▶ Supplied data
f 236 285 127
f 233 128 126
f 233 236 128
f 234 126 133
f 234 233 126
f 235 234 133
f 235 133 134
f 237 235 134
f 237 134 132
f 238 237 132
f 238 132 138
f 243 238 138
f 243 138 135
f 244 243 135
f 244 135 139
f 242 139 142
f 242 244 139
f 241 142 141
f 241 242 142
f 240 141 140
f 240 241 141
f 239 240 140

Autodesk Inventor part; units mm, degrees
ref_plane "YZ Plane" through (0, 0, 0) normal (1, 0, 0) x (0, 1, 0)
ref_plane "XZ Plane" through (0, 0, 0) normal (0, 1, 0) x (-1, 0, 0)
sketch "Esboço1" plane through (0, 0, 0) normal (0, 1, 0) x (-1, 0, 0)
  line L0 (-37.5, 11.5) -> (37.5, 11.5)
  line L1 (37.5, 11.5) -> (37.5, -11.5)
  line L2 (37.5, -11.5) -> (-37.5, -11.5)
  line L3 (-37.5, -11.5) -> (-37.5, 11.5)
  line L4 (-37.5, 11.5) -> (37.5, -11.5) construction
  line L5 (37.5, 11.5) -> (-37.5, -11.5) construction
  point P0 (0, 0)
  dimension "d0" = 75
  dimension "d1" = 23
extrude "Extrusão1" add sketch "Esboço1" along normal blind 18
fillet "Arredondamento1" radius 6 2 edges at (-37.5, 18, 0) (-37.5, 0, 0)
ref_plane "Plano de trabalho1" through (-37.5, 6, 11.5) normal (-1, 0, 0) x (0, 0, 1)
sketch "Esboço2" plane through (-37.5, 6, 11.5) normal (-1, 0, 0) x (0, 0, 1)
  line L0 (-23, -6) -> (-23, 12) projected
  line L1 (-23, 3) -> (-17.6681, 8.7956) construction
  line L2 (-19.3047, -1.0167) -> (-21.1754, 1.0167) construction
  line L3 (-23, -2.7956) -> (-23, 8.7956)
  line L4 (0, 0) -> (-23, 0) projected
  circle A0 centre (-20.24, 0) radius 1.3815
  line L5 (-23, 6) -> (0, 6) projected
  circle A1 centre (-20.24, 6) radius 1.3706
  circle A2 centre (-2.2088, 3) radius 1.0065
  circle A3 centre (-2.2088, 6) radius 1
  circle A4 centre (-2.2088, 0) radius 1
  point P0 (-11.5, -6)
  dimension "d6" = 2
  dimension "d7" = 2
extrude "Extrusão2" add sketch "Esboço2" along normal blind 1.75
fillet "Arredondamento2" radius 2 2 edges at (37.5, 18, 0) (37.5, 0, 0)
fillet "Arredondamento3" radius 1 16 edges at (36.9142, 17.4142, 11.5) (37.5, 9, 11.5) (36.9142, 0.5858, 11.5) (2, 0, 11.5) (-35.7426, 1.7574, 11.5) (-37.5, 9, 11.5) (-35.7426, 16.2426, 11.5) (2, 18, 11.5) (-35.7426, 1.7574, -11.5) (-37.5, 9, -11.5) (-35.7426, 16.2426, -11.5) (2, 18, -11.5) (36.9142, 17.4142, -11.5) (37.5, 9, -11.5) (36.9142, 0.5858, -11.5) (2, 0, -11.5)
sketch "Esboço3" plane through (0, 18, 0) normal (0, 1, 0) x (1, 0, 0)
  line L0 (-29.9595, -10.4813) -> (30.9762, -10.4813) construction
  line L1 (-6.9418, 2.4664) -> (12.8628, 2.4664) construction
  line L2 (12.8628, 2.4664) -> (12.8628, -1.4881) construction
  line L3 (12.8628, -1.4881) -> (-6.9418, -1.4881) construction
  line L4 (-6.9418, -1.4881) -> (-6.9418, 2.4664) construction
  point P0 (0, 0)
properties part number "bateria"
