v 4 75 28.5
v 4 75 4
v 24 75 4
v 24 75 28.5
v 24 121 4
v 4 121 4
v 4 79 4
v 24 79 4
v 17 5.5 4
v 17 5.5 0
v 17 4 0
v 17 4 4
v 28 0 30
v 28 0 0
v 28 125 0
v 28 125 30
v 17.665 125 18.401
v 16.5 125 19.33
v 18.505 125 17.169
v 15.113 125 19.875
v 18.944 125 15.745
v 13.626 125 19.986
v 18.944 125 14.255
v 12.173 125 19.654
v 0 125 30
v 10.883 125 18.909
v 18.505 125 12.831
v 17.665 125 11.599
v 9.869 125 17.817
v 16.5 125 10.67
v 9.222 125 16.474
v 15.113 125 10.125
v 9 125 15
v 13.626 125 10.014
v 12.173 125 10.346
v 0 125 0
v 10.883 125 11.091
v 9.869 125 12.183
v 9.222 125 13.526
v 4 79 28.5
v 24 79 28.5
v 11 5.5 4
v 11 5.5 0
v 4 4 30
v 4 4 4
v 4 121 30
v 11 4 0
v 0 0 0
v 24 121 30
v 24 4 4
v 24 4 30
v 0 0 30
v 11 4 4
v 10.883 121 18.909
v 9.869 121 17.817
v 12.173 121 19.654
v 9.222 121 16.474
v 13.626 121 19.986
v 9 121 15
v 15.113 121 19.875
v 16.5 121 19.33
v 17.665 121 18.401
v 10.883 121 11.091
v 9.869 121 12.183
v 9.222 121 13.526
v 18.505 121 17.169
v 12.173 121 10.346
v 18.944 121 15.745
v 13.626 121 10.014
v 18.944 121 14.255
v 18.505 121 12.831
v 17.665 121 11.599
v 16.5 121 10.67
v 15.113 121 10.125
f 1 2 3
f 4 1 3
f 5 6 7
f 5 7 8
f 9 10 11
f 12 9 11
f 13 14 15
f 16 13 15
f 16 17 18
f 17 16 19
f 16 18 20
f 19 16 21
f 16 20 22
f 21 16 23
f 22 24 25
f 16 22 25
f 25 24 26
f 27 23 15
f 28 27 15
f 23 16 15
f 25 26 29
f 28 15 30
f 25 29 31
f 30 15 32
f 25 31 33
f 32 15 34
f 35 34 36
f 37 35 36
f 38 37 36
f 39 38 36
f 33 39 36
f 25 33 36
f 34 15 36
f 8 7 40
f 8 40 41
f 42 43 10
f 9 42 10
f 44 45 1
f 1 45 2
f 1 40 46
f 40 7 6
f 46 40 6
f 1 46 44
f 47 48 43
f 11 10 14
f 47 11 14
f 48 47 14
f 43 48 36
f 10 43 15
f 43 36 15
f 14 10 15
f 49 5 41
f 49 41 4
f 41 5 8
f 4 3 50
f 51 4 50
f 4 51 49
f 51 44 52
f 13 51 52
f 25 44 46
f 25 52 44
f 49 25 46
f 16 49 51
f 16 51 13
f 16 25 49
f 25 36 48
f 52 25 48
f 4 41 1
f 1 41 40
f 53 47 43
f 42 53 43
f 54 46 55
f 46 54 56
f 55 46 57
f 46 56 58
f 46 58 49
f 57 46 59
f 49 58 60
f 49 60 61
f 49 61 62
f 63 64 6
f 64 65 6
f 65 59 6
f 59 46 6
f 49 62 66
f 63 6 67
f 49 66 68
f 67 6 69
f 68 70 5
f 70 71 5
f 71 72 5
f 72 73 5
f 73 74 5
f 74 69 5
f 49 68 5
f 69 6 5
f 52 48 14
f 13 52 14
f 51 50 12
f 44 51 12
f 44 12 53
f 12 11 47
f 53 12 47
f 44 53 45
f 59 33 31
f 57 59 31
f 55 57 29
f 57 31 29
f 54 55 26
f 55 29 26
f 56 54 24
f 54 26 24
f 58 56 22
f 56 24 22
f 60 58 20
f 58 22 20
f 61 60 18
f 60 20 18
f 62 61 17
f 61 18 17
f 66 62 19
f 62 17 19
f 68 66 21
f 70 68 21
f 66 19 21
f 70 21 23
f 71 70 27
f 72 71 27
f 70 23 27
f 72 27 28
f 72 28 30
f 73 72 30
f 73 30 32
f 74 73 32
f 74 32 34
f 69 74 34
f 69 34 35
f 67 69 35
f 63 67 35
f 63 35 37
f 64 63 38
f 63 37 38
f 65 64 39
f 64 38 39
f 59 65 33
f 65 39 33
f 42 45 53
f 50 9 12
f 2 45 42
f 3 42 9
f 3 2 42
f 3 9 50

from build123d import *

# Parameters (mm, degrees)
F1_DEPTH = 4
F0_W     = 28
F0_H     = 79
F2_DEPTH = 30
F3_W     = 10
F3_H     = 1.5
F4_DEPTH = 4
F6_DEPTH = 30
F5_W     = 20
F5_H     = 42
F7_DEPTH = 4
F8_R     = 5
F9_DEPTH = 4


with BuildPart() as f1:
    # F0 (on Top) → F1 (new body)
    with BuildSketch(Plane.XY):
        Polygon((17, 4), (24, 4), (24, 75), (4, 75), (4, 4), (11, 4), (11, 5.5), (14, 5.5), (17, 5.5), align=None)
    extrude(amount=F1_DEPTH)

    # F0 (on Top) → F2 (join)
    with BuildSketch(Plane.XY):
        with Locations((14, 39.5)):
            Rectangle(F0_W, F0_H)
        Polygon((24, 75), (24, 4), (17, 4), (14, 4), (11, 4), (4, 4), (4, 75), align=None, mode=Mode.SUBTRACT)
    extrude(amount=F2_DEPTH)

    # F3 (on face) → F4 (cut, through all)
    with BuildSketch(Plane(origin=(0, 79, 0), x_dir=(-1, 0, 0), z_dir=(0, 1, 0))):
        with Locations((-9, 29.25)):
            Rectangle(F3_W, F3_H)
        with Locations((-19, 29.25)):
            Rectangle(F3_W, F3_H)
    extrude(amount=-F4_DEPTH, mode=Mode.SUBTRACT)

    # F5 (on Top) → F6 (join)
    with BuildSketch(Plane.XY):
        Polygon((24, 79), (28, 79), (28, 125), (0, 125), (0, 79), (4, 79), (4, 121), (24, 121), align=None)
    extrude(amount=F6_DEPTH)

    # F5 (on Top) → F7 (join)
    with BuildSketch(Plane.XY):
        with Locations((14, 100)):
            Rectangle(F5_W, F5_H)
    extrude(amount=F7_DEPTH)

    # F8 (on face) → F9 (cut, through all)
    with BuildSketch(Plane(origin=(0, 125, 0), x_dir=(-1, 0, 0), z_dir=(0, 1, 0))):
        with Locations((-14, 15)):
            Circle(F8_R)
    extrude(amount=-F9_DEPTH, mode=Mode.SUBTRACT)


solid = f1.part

* * *

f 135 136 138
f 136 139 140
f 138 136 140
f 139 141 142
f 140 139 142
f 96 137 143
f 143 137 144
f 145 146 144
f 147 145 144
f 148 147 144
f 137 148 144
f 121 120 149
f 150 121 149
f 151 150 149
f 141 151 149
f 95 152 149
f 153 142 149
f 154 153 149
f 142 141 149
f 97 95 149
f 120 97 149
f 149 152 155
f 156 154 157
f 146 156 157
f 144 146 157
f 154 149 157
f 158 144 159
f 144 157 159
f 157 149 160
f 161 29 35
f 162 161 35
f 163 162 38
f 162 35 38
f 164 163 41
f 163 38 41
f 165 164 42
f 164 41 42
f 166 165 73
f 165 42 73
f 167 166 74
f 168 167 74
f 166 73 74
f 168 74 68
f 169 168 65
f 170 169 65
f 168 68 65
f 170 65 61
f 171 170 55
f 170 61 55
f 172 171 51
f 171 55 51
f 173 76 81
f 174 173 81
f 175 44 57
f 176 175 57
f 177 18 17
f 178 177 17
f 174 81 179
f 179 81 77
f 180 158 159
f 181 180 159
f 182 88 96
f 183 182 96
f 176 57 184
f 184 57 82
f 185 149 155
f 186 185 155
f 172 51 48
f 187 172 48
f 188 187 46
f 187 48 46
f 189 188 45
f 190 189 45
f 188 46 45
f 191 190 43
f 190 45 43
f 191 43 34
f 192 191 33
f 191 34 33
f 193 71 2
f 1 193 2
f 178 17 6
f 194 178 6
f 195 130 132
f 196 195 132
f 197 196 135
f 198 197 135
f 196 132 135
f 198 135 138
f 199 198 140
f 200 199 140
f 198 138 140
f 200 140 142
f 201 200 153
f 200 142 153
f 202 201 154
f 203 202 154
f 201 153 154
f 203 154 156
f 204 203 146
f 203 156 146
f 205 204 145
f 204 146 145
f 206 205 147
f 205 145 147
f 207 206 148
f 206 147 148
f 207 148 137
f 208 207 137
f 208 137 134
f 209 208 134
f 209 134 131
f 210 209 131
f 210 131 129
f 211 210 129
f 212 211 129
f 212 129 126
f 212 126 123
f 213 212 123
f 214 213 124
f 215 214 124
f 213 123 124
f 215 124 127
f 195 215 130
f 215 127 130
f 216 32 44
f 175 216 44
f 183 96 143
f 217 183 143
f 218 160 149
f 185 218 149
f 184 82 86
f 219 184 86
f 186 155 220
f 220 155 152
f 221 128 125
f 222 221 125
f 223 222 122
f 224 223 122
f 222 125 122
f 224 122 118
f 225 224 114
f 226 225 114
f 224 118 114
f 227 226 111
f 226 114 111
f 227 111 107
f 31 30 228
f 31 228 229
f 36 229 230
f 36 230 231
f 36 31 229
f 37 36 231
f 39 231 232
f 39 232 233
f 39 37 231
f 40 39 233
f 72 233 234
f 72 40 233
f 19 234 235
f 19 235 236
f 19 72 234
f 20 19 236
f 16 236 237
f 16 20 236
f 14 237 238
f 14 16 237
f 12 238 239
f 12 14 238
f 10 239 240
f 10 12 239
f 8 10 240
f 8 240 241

---

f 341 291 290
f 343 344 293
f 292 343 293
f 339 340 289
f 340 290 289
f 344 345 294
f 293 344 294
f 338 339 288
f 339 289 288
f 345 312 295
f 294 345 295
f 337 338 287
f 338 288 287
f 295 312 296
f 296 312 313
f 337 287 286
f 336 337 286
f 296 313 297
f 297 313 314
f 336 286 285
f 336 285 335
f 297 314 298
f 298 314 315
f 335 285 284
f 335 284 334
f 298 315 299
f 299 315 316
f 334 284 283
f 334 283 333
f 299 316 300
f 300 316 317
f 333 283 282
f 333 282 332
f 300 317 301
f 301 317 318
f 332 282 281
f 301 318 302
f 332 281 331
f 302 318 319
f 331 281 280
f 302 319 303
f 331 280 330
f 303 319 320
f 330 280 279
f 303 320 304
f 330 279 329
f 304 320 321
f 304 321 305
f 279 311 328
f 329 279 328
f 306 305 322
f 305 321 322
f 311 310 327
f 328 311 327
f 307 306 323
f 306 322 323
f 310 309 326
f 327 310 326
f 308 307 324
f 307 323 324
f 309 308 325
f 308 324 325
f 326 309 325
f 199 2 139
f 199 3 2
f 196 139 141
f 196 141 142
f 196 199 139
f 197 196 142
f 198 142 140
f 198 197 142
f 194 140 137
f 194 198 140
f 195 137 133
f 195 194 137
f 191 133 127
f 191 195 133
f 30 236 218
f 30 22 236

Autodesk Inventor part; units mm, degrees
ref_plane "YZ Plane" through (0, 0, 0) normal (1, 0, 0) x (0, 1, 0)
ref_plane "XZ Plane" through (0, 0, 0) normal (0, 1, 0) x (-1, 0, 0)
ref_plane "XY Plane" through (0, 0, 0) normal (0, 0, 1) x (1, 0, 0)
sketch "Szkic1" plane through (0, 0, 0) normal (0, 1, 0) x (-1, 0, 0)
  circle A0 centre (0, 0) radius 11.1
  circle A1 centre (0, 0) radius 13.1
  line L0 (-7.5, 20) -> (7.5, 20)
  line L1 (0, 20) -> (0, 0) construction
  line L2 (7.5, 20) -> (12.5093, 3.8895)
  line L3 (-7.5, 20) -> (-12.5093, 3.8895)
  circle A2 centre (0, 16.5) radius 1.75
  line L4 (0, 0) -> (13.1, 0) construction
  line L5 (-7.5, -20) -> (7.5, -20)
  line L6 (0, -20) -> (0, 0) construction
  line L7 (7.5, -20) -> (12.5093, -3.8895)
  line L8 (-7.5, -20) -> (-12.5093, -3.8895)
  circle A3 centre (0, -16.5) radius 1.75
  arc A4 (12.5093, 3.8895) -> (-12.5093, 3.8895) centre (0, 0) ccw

▶ What you have to do
Search the data above for "centre" and copy every line where it turns up.

▶ Response to this exercise
  circle A0 centre (-20.24, 0) radius 1.3815
  circle A1 centre (-20.24, 6) radius 1.3706
  circle A2 centre (-2.2088, 3) radius 1.0065
  circle A3 centre (-2.2088, 6) radius 1
  circle A4 centre (-2.2088, 0) radius 1
  circle A0 centre (0, 0) radius 11.1
  circle A1 centre (0, 0) radius 13.1
  circle A2 centre (0, 16.5) radius 1.75
  circle A3 centre (0, -16.5) radius 1.75
  arc A4 (12.5093, 3.8895) -> (-12.5093, 3.8895) centre (0, 0) ccw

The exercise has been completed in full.